Apple Silicon Support
--------------------

MacVim's binary release now fully supports Apple Silicon! If you have an
M1 Mac you should notice MacVim being more snappy and smoother. #1150

If you would like to (e.g. if you only installed Python 3 in Rosetta and
use plugins that use Python), you could run MacVim under Rosetta. You
could use `:version` while in MacVim to tell whether you are running in
Rosetta / Intel or Apple Silicon by seeing whether it says x86_64 or
arm64. (Vim 8.2.2174)

If you rely on Python/Ruby/Lua integration, note that previously MacVim
by default searches the `/usr/local/` path for installed language
runtimes.

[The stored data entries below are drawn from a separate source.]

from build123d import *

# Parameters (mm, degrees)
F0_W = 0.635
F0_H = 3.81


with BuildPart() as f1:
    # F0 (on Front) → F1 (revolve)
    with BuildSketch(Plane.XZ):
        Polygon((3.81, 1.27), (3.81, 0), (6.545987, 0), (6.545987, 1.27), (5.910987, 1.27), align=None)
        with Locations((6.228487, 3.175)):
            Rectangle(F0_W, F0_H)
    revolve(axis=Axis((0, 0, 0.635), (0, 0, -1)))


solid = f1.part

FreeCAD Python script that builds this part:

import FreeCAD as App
import Part
import Sketcher
from FreeCAD import Vector
Q = App.Units.Quantity

doc = App.newDocument("Part")
params = doc.addObject("Spreadsheet::Sheet", "Params")
for row, (alias, value) in enumerate([
    ("sketch1_height", "0.2 in"),
    ("sketch1_height2", "0.05 in"),
    ("sketch1_width", "0.025 in"),
    ("revolution_angle", "360 deg"),
], start=1):
    params.set(f"A{row}", alias)
    params.set(f"B{row}", "=" + value)
    params.setAlias(f"B{row}", alias)

body = doc.addObject("PartDesign::Body", "Body")

# Sketch on XZ plane
sketch1 = body.newObject("Sketcher::SketchObject", "Sketch")
sketch1.AttachmentSupport = (doc.getObject("XZ_Plane"), [""])
sketch1.MapMode = "FlatFace"
sketch1.addGeometry([
    Part.LineSegment(Vector(3.8, 1.3, 0), Vector(3.8, 0, 0)),  # 0
    Part.LineSegment(Vector(3.8, 0, 0), Vector(6.5, 0, 0)),  # 1
    Part.LineSegment(Vector(6.5, 0, 0), Vector(6.5, 5.1, 0)),  # 2
    Part.LineSegment(Vector(6.5, 5.1, 0), Vector(5.9, 5.1, 0)),  # 3
    Part.LineSegment(Vector(5.9, 5.1, 0), Vector(5.9, 1.3, 0)),  # 4
    Part.LineSegment(Vector(5.9, 1.3, 0), Vector(3.8, 1.3, 0)),  # 5
], False)
sketch1.addConstraint([
    Sketcher.Constraint("Coincident", 0, 2, 1, 1),
    Sketcher.Constraint("Coincident", 1, 2, 2, 1),
    Sketcher.Constraint("Coincident", 2, 2, 3, 1),
    Sketcher.Constraint("Coincident", 3, 2, 4, 1),
    Sketcher.Constraint("Coincident", 4, 2, 5, 1),
    Sketcher.Constraint("Coincident", 5, 2, 0, 1),
    Sketcher.Constraint("Vertical", 0),
    Sketcher.Constraint("Horizontal", 1),
    Sketcher.Constraint("Vertical", 2),
    Sketcher.Constraint("Horizontal", 3),
    Sketcher.Constraint("Vertical", 4),
    Sketcher.Constraint("Horizontal", 5),
    Sketcher.Constraint("PointOnObject", 0, 2, -1),
    Sketcher.Constraint("DistanceY", 2, 1, 2, 2, Q("0.2 in")),
    Sketcher.Constraint("DistanceY", 0, 2, 0, 1, Q("0.05 in")),
    Sketcher.Constraint("DistanceX", 3, 2, 3, 1, Q("0.025 in")),
    Sketcher.Constraint("DistanceX", -1, 1, 0, 2, Q("0.15 in")),
    Sketcher.Constraint("DistanceX", 1, 1, 1, 2, 2.735987),
])
sketch1.setExpression("Constraints[13]", "Params.sketch1_height")
sketch1.setExpression("Constraints[14]", "Params.sketch1_height2")
sketch1.setExpression("Constraints[15]", "Params.sketch1_width")
revolution = body.newObject("PartDesign::Revolution", "Revolution")
revolution.Profile = sketch1
revolution.ReferenceAxis = (sketch1, ["V_Axis"])
revolution.setExpression("Angle", "Params.revolution_angle")

doc.recompute()
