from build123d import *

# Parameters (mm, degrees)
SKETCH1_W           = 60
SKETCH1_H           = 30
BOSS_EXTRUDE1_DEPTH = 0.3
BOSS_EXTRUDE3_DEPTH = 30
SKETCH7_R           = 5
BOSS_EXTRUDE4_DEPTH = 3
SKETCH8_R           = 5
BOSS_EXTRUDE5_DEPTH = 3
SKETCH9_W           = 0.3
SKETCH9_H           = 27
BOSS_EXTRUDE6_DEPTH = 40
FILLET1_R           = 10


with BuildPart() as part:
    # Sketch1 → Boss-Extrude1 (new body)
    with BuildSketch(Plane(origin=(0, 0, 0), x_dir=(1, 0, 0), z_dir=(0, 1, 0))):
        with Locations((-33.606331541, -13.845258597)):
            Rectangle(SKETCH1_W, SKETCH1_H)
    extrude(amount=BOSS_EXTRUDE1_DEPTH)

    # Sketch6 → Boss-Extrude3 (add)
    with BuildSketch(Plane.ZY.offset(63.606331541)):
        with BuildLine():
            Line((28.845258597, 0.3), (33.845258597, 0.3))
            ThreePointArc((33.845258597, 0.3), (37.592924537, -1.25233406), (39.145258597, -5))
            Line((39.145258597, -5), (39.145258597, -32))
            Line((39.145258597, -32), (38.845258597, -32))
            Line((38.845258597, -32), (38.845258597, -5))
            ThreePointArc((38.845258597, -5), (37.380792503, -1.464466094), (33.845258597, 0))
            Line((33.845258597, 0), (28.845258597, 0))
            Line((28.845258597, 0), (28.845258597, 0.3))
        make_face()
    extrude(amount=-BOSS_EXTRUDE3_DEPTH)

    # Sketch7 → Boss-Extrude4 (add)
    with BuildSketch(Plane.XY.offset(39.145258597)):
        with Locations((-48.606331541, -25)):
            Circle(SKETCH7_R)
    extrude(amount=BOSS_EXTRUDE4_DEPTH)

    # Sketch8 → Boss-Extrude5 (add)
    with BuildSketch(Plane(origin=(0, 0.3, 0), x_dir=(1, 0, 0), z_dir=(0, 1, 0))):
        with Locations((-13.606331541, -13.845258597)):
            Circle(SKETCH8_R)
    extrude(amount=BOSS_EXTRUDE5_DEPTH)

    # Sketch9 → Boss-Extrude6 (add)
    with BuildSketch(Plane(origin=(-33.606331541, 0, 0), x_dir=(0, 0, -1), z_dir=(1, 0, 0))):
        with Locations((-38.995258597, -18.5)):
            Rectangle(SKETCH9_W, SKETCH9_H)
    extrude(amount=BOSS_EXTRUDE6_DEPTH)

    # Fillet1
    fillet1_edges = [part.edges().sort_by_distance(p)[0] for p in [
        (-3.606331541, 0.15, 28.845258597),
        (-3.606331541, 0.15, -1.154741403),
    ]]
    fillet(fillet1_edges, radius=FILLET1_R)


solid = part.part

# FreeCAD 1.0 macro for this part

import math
import FreeCAD as App
import Part
import Sketcher


def edges_at(feature, points):
    """Names of the edges that pass closest to the given points."""
    edges = feature.Shape.Edges
    near = lambda p: min(range(len(edges)), key=lambda i: edges[i].distToShape(Part.Vertex(*p))[0])
    return sorted({f"Edge{near(p) + 1}" for p in points})


def add_polygon(sketch, points):
    """Adds a closed chain of lines whose ends are joined by coincident constraints."""
    first, n = sketch.GeometryCount, len(points)
    for a, b in zip(points, points[1:] + points[:1]):
        sketch.addGeometry(Part.LineSegment(App.Vector(*a, 0), App.Vector(*b, 0)), False)
    for i in range(n):
        sketch.addConstraint(Sketcher.Constraint("Coincident", first + i, 2, first + (i + 1) % n, 1))

doc = App.newDocument("Part")
body = doc.addObject("PartDesign::Body", "Body")

# Sketch on XZ plane
sketch1 = doc.addObject("Sketcher::SketchObject", "Sketch")
body.addObject(sketch1)
sketch1.AttachmentSupport = (doc.XZ_Plane, [""])
sketch1.MapMode = "FlatFace"
add_polygon(sketch1, [(-64, -1), (-64, 29), (-4, 29), (-4, -1)])  # lines 0-3
sketch1.addConstraint([
    Sketcher.Constraint("Vertical", 0),
    Sketcher.Constraint("Horizontal", 1),
    Sketcher.Constraint("Vertical", 2),
    Sketcher.Constraint("Horizontal", 3),
    Sketcher.Constraint("DistanceX", 1, 1, 1, 2, 60.0),
    Sketcher.Constraint("DistanceY", 0, 1, 0, 2, 30.0),
    Sketcher.Constraint("DistanceX", 0, 2, -1, 1, 63.606332),
    Sketcher.Constraint("DistanceY", -1, 1, 0, 2, 28.845259),
])
pad1 = doc.addObject("PartDesign::Pad", "Pad")
body.addObject(pad1)
pad1.Profile = sketch1
pad1.Length = 0.3
pad1.Reversed = True

# Sketch on YZ plane
sketch2 = doc.addObject("Sketcher::SketchObject", "Sketch001")
body.addObject(sketch2)
sketch2.AttachmentSupport = (doc.YZ_Plane, [""])
sketch2.MapMode = "FlatFace"
sketch2.AttachmentOffset = App.Placement(App.Vector(0, 0, -63.606332), App.Rotation())
sketch2.addGeometry([
    Part.LineSegment(App.Vector(0.3, 33.85, 0), App.Vector(0.3, 28.85, 0)),  # 0
    Part.LineSegment(App.Vector(0.3, 28.85, 0), App.Vector(0, 28.85, 0)),  # 1
    Part.LineSegment(App.Vector(0, 28.85, 0), App.Vector(0, 33.85, 0)),  # 2
    Part.ArcOfCircle(Part.Circle(App.Vector(-5, 33.85, 0), App.Vector(0, 0, 1), 5), math.radians(0), math.radians(90)),  # 3
    Part.LineSegment(App.Vector(-5, 38.85, 0), App.Vector(-32, 38.85, 0)),  # 4
    Part.LineSegment(App.Vector(-32, 38.85, 0), App.Vector(-32, 39.15, 0)),  # 5
    Part.LineSegment(App.Vector(-32, 39.15, 0), App.Vector(-5, 39.15, 0)),  # 6
    Part.ArcOfCircle(Part.Circle(App.Vector(-5, 33.85, 0), App.Vector(0, 0, 1), 5.3), math.radians(0), math.radians(90)),  # 7
], False)
sketch2.addConstraint([
    Sketcher.Constraint("Coincident", 0, 2, 1, 1),
    Sketcher.Constraint("Coincident", 1, 2, 2, 1),
    Sketcher.Constraint("Tangent", 2, 2, 3, 1),
    Sketcher.Constraint("Tangent", 3, 2, 4, 1),
    Sketcher.Constraint("Coincident", 4, 2, 5, 1),
    Sketcher.Constraint("Coincident", 5, 2, 6, 1),
    Sketcher.Constraint("Tangent", 6, 2, 7, 2),
    Sketcher.Constraint("Tangent", 7, 1, 0, 1),
    Sketcher.Constraint("Vertical", 0),
    Sketcher.Constraint("Horizontal", 1),
    Sketcher.Constraint("Vertical", 2),
    Sketcher.Constraint("Horizontal", 4),
    Sketcher.Constraint("Vertical", 5),
    Sketcher.Constraint("Horizontal", 6),
    Sketcher.Constraint("Coincident", 7, 3, 3, 3),
    Sketcher.Constraint("PointOnObject", 1, 2, -2),
    Sketcher.Constraint("Radius", 3, 5.0),
    Sketcher.Constraint("Radius", 7, 5.3),
    Sketcher.Constraint("DistanceX", 4, 2, 4, 1, 27.0),
    Sketcher.Constraint("DistanceY", 0, 2, 0, 1, 5.0),
    Sketcher.Constraint("DistanceY", -1, 1, 3, 3, 33.845259),
])
pad2 = doc.addObject("PartDesign::Pad", "Pad001")
body.addObject(pad2)
pad2.Profile = sketch2
pad2.Length = 30

# Sketch on XY plane
sketch3 = doc.addObject("Sketcher::SketchObject", "Sketch002")
body.addObject(sketch3)
sketch3.AttachmentSupport = (doc.XY_Plane, [""])
sketch3.MapMode = "FlatFace"
sketch3.AttachmentOffset = App.Placement(App.Vector(0, 0, 39.145259), App.Rotation())
sketch3.addGeometry(Part.Circle(App.Vector(-49, -25, 0), App.Vector(0, 0, 1), 5), False)
sketch3.addConstraint([
    Sketcher.Constraint("Diameter", 0, 10.0),
    Sketcher.Constraint("DistanceY", 0, 3, -1, 1, 25.0),
    Sketcher.Constraint("DistanceX", 0, 3, -1, 1, 48.606332),
])
pad3 = doc.addObject("PartDesign::Pad", "Pad002")
body.addObject(pad3)
pad3.Profile = sketch3
pad3.Length = 3

# Sketch on XZ plane
sketch4 = doc.addObject("Sketcher::SketchObject", "Sketch003")
body.addObject(sketch4)
sketch4.AttachmentSupport = (doc.XZ_Plane, [""])
sketch4.MapMode = "FlatFace"
sketch4.AttachmentOffset = App.Placement(App.Vector(0, 0, -0.3), App.Rotation())
sketch4.addGeometry(Part.Circle(App.Vector(-14, 14, 0), App.Vector(0, 0, 1), 5), False)
sketch4.addConstraint([
    Sketcher.Constraint("Diameter", 0, 10.0),
    Sketcher.Constraint("DistanceX", 0, 3, -1, 1, 13.606332),
    Sketcher.Constraint("DistanceY", -1, 1, 0, 3, 13.845259),
])
pad4 = doc.addObject("PartDesign::Pad", "Pad003")
body.addObject(pad4)
pad4.Profile = sketch4
pad4.Length = 3
pad4.Reversed = True

# Sketch on YZ plane
sketch5 = doc.addObject("Sketcher::SketchObject", "Sketch004")
body.addObject(sketch5)
sketch5.AttachmentSupport = (doc.YZ_Plane, [""])
sketch5.MapMode = "FlatFace"
sketch5.AttachmentOffset = App.Placement(App.Vector(0, 0, -33.606332), App.Rotation())
add_polygon(sketch5, [(-5, 39.15), (-32, 39.15), (-32, 38.85), (-5, 38.85)])  # lines 0-3
sketch5.addConstraint([
    Sketcher.Constraint("Horizontal", 0),
    Sketcher.Constraint("Vertical", 1),
    Sketcher.Constraint("Horizontal", 2),
    Sketcher.Constraint("Vertical", 3),
    Sketcher.Constraint("DistanceX", 0, 2, 0, 1, 27.0),
    Sketcher.Constraint("DistanceY", 1, 2, 1, 1, 0.3),
    Sketcher.Constraint("DistanceX", 0, 2, -1, 1, 32.0),
    Sketcher.Constraint("DistanceY", -1, 1, 0, 2, 39.145259),
])
pad5 = doc.addObject("PartDesign::Pad", "Pad004")
body.addObject(pad5)
pad5.Profile = sketch5
pad5.Length = 40
doc.recompute()

fillet = doc.addObject("PartDesign::Fillet", "Fillet")
body.addObject(fillet)
fillet.Base = (pad5, edges_at(pad5, [(-3.606, 0.15, 28.845), (-3.606, 0.15, -1.155)]))
fillet.Radius = 10

doc.recompute()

With this release, MacVim will still search those folders
under Intel / x86-64 builds, but under Apple Silicon / M1, MacVim will
search under `/opt/homebrew/` instead, which is the default folder for
Homebrew under Apple Silicon. If you don't use Homebrew, or installed
language runtimes under other folders, you would need to set
`python3dll`/`luadll`/`rubydll` in your vimrc.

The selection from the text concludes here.